De même, l'idée que l'on puisse simplement distiller des « valeurs occidentales » dans l'individualisme est aussi trompeuse que d'imaginer que les « valeurs orientales » sont synonymes de conformité. L'individualisme libéral est certainement un fil conducteur des traditions occidentales. Mais les cultures occidentales ont été façonnées par des personnalités aussi divergentes qu'Aristote et Thomas d'Aquin, Edmund Burke et Karl Marx, que par les philosophes de la tradition libérale, tels que John Locke ou John Stuart Mill.

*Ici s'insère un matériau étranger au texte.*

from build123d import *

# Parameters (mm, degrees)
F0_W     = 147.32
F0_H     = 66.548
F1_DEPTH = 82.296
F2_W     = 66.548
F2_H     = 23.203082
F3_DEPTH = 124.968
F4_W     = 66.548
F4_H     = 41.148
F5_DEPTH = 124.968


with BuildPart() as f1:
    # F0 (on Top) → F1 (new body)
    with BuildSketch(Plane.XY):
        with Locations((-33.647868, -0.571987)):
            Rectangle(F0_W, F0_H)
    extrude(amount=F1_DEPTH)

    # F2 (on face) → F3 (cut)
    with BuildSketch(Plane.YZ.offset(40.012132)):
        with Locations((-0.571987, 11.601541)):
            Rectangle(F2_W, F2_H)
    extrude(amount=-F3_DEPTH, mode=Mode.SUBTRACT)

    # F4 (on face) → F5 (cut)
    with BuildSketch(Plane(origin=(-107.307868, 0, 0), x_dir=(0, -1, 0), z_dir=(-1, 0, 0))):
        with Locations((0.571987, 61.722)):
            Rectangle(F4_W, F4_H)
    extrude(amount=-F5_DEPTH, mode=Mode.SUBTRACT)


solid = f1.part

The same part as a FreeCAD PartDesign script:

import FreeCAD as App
import Part
import Sketcher

V = App.Vector
Q = App.Units.Quantity


def add_polygon(sketch, points):
    """Adds a closed chain of lines whose ends are joined by coincident constraints."""
    first, n = sketch.GeometryCount, len(points)
    for a, b in zip(points, points[1:] + points[:1]):
        sketch.addGeometry(Part.LineSegment(App.Vector(*a, 0), App.Vector(*b, 0)), False)
    for i in range(n):
        sketch.addConstraint(Sketcher.Constraint("Coincident", first + i, 2, first + (i + 1) % n, 1))

doc = App.newDocument("Part")
body = doc.addObject("PartDesign::Body", "Body")

# Sketch on XY plane
sketch1 = body.newObject("Sketcher::SketchObject", "Sketch")
sketch1.AttachmentSupport = (doc.getObject("XY_Plane"), [""])
sketch1.MapMode = "FlatFace"
add_polygon(sketch1, [(-107, 33), (-107, -34), (40, -34), (40, 33)])  # lines 0-3
sketch1.addConstraint(Sketcher.Constraint("Vertical", 0))
sketch1.addConstraint(Sketcher.Constraint("Horizontal", 1))
sketch1.addConstraint(Sketcher.Constraint("Vertical", 2))
sketch1.addConstraint(Sketcher.Constraint("Horizontal", 3))
sketch1.addConstraint(Sketcher.Constraint("DistanceX", 1, 1, 1, 2, Q("5.8 in")))
sketch1.addConstraint(Sketcher.Constraint("DistanceY", 0, 2, 0, 1, Q("2.62 in")))
sketch1.addConstraint(Sketcher.Constraint("DistanceX", 0, 2, -1, 1, 107.307868))
sketch1.addConstraint(Sketcher.Constraint("DistanceY", 0, 2, -1, 1, 33.845987))
pad1 = body.newObject("PartDesign::Pad", "Pad")
pad1.Profile = sketch1
pad1.Length = Q("3.24 in")

# Sketch on YZ plane
sketch2 = body.newObject("Sketcher::SketchObject", "Sketch001")
sketch2.AttachmentSupport = (doc.getObject("YZ_Plane"), [""])
sketch2.MapMode = "FlatFace"
sketch2.AttachmentOffset = App.Placement(V(0, 0, 40.012132), App.Rotation())
add_polygon(sketch2, [(-34, 23), (-34, 0), (33, 0), (33, 23)])  # lines 0-3
sketch2.addConstraint(Sketcher.Constraint("Vertical", 0))
sketch2.addConstraint(Sketcher.Constraint("Horizontal", 1))
sketch2.addConstraint(Sketcher.Constraint("Vertical", 2))
sketch2.addConstraint(Sketcher.Constraint("Horizontal", 3))
sketch2.addConstraint(Sketcher.Constraint("PointOnObject", 0, 2, -1))
sketch2.addConstraint(Sketcher.Constraint("DistanceX", 1, 1, 1, 2, Q("2.62 in")))
sketch2.addConstraint(Sketcher.Constraint("DistanceY", 0, 2, 0, 1, 23.203082))
sketch2.addConstraint(Sketcher.Constraint("DistanceX", 0, 2, -1, 1, 33.845987))
pocket1 = body.newObject("PartDesign::Pocket", "Pocket")
pocket1.Profile = sketch2
pocket1.Length = Q("4.92 in")

# Sketch on YZ plane
sketch3 = body.newObject("Sketcher::SketchObject", "Sketch002")
sketch3.AttachmentSupport = (doc.getObject("YZ_Plane"), [""])
sketch3.MapMode = "FlatFace"
sketch3.AttachmentOffset = App.Placement(V(0, 0, -107.307868), App.Rotation())
add_polygon(sketch3, [(33, 82), (33, 41), (-34, 41), (-34, 82)])  # lines 0-3
sketch3.addConstraint(Sketcher.Constraint("Vertical", 0))
sketch3.addConstraint(Sketcher.Constraint("Horizontal", 1))
sketch3.addConstraint(Sketcher.Constraint("Vertical", 2))
sketch3.addConstraint(Sketcher.Constraint("Horizontal", 3))
sketch3.addConstraint(Sketcher.Constraint("DistanceX", 1, 2, 1, 1, Q("2.62 in")))
sketch3.addConstraint(Sketcher.Constraint("DistanceY", 0, 2, 0, 1, Q("1.62 in")))
sketch3.addConstraint(Sketcher.Constraint("DistanceY", -1, 1, 0, 2, Q("1.62 in")))
sketch3.addConstraint(Sketcher.Constraint("DistanceX", -1, 1, 0, 2, 32.702013))
pocket2 = body.newObject("PartDesign::Pocket", "Pocket001")
pocket2.Profile = sketch3
pocket2.Length = Q("4.92 in")
pocket2.Reversed = True

doc.recompute()
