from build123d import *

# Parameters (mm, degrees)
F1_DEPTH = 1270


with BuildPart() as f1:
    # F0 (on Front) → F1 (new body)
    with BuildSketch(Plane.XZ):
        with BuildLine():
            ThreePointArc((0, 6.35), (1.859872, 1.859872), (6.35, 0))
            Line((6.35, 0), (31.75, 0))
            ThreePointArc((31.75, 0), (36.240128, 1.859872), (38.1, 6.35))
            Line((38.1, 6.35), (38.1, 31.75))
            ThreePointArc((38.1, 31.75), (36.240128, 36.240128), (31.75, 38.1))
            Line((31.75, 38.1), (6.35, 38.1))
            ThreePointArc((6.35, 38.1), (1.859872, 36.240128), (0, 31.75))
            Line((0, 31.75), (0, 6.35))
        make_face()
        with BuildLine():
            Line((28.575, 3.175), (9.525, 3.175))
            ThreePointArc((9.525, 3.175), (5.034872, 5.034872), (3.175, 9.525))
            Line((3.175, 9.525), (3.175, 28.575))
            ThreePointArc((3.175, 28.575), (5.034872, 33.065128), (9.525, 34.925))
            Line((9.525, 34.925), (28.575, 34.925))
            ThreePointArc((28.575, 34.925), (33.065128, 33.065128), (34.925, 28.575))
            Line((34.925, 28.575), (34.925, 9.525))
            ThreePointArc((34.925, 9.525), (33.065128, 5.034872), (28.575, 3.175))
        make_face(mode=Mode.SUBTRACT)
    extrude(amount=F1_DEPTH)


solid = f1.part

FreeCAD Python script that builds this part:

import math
import FreeCAD as App
import Part
import Sketcher
Q = App.Units.Quantity

doc = App.newDocument("Part")
params = doc.addObject("Spreadsheet::Sheet", "Params")
for row, (alias, value) in enumerate([
    ("sketch1_width", "1 in"),
    ("sketch1_radius", "0.25 in"),
    ("sketch1_width2", "0.75 in"),
    ("pad1_length", "50 in"),
], start=1):
    params.set(f"A{row}", alias)
    params.set(f"B{row}", "=" + value)
    params.setAlias(f"B{row}", alias)

body = doc.addObject("PartDesign::Body", "Body")

# Sketch on XZ plane
sketch1 = body.newObject("Sketcher::SketchObject", "Sketch")
sketch1.AttachmentSupport = (doc.getObject("XZ_Plane"), [""])
sketch1.MapMode = "FlatFace"
sketch1.addGeometry([
    Part.ArcOfCircle(Part.Circle(App.Vector(6, 6, 0), App.Vector(0, 0, 1), 6), math.radians(-180), math.radians(-90)),  # 0
    Part.LineSegment(App.Vector(6, 0, 0), App.Vector(32, 0, 0)),  # 1
    Part.ArcOfCircle(Part.Circle(App.Vector(32, 6, 0), App.Vector(0, 0, 1), 6), math.radians(-90), math.radians(0)),  # 2
    Part.LineSegment(App.Vector(38, 6, 0), App.Vector(38, 32, 0)),  # 3
    Part.ArcOfCircle(Part.Circle(App.Vector(32, 32, 0), App.Vector(0, 0, 1), 6), math.radians(0), math.radians(90)),  # 4
    Part.LineSegment(App.Vector(32, 38, 0), App.Vector(6, 38, 0)),  # 5
    Part.ArcOfCircle(Part.Circle(App.Vector(6, 32, 0), App.Vector(0, 0, 1), 6), math.radians(90), math.radians(180)),  # 6
    Part.LineSegment(App.Vector(0, 32, 0), App.Vector(0, 6, 0)),  # 7
    Part.ArcOfCircle(Part.Circle(App.Vector(29, 10, 0), App.Vector(0, 0, 1), 6), math.radians(-90), math.radians(0)),  # 8
    Part.LineSegment(App.Vector(29, 3, 0), App.Vector(10, 3, 0)),  # 9
    Part.ArcOfCircle(Part.Circle(App.Vector(10, 10, 0), App.Vector(0, 0, 1), 6), math.radians(-180), math.radians(-90)),  # 10
    Part.LineSegment(App.Vector(3, 10, 0), App.Vector(3, 29, 0)),  # 11
    Part.ArcOfCircle(Part.Circle(App.Vector(10, 29, 0), App.Vector(0, 0, 1), 6), math.radians(90), math.radians(180)),  # 12
    Part.LineSegment(App.Vector(10, 35, 0), App.Vector(29, 35, 0)),  # 13
    Part.ArcOfCircle(Part.Circle(App.Vector(29, 29, 0), App.Vector(0, 0, 1), 6), math.radians(0), math.radians(90)),  # 14
    Part.LineSegment(App.Vector(35, 29, 0), App.Vector(35, 10, 0)),  # 15
], False)
sketch1.addConstraint([
    Sketcher.Constraint("Tangent", 0, 2, 1, 1),
    Sketcher.Constraint("Tangent", 1, 2, 2, 1),
    Sketcher.Constraint("Tangent", 2, 2, 3, 1),
    Sketcher.Constraint("Tangent", 3, 2, 4, 1),
    Sketcher.Constraint("Tangent", 4, 2, 5, 1),
    Sketcher.Constraint("Tangent", 5, 2, 6, 1),
    Sketcher.Constraint("Tangent", 6, 2, 7, 1),
    Sketcher.Constraint("Tangent", 7, 2, 0, 1),
    Sketcher.Constraint("Tangent", 8, 1, 9, 1),
    Sketcher.Constraint("Tangent", 9, 2, 10, 2),
    Sketcher.Constraint("Tangent", 10, 1, 11, 1),
    Sketcher.Constraint("Tangent", 11, 2, 12, 2),
    Sketcher.Constraint("Tangent", 12, 1, 13, 1),
    Sketcher.Constraint("Tangent", 13, 2, 14, 2),
    Sketcher.Constraint("Tangent", 14, 1, 15, 1),
    Sketcher.Constraint("Tangent", 15, 2, 8, 2),
    Sketcher.Constraint("Horizontal", 1),
    Sketcher.Constraint("Vertical", 3),
    Sketcher.Constraint("Horizontal", 5),
    Sketcher.Constraint("Vertical", 7),
    Sketcher.Constraint("Horizontal", 9),
    Sketcher.Constraint("Vertical", 11),
    Sketcher.Constraint("Horizontal", 13),
    Sketcher.Constraint("Vertical", 15),
    Sketcher.Constraint("Equal", 0, 2),
    Sketcher.Constraint("Equal", 2, 4),
    Sketcher.Constraint("Equal", 4, 6),
    Sketcher.Constraint("Equal", 6, 8),
    Sketcher.Constraint("Equal", 8, 10),
    Sketcher.Constraint("Equal", 10, 12),
    Sketcher.Constraint("Equal", 12, 14),
    Sketcher.Constraint("PointOnObject", 0, 2, -1),
    Sketcher.Constraint("PointOnObject", 6, 2, -2),
    Sketcher.Constraint("Equal", 5, 3),
    Sketcher.Constraint("Equal", 13, 11),
    Sketcher.Constraint("DistanceX", 1, 1, 1, 2, Q("1 in")),
    Sketcher.Constraint("Radius", 0, Q("0.25 in")),
    Sketcher.Constraint("DistanceX", 9, 2, 9, 1, Q("0.75 in")),
    Sketcher.Constraint("DistanceX", -1, 1, 8, 3, Q("1.125 in")),
    Sketcher.Constraint("DistanceY", -1, 1, 8, 3, Q("0.375 in")),
])
sketch1.setExpression("Constraints[35]", "Params.sketch1_width")
sketch1.setExpression("Constraints[36]", "Params.sketch1_radius")
sketch1.setExpression("Constraints[37]", "Params.sketch1_width2")
pad1 = body.newObject("PartDesign::Pad", "Pad")
pad1.Profile = sketch1
pad1.setExpression("Length", "Params.pad1_length")

doc.recompute()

La conséquence peut-être la plus déprimante du mythe est/ouest est la croyance que l'on ne peut avoir que l'un ou l'autre : que l'on peut soit avoir une mentalité sociale, soit croire aux libertés individuelles. Les retombées de ce genre de pensée à somme nulle ont été la distorsion des idées à la fois de liberté et d'esprit social. D'une part, les idées de liberté et de droits ont été de plus en plus associées au droit et banalisées. Lorsque le refus de porter un masque devient une célébration héroïque de l'individualisme, il y a quelque chose de profondément confus dans cette notion. Pendant ce temps, de nombreuses sections de la gauche semblent avoir oublié l'importance de la liberté pour ceux qui la possèdent le moins et en sont venues à considérer l'esprit communautaire comme l'imposition de plus grandes restrictions.

Il existe clairement des différences culturelles entre les nations, mais définir de telles différences en termes « est contre ouest » revient à ignorer la réalité. Si la pandémie a révélé quelque chose sur les valeurs, c'est que l'Est et l'Ouest ont encore du mal à travailler à travers la relation entre l'individualisme et l'esprit communautaire.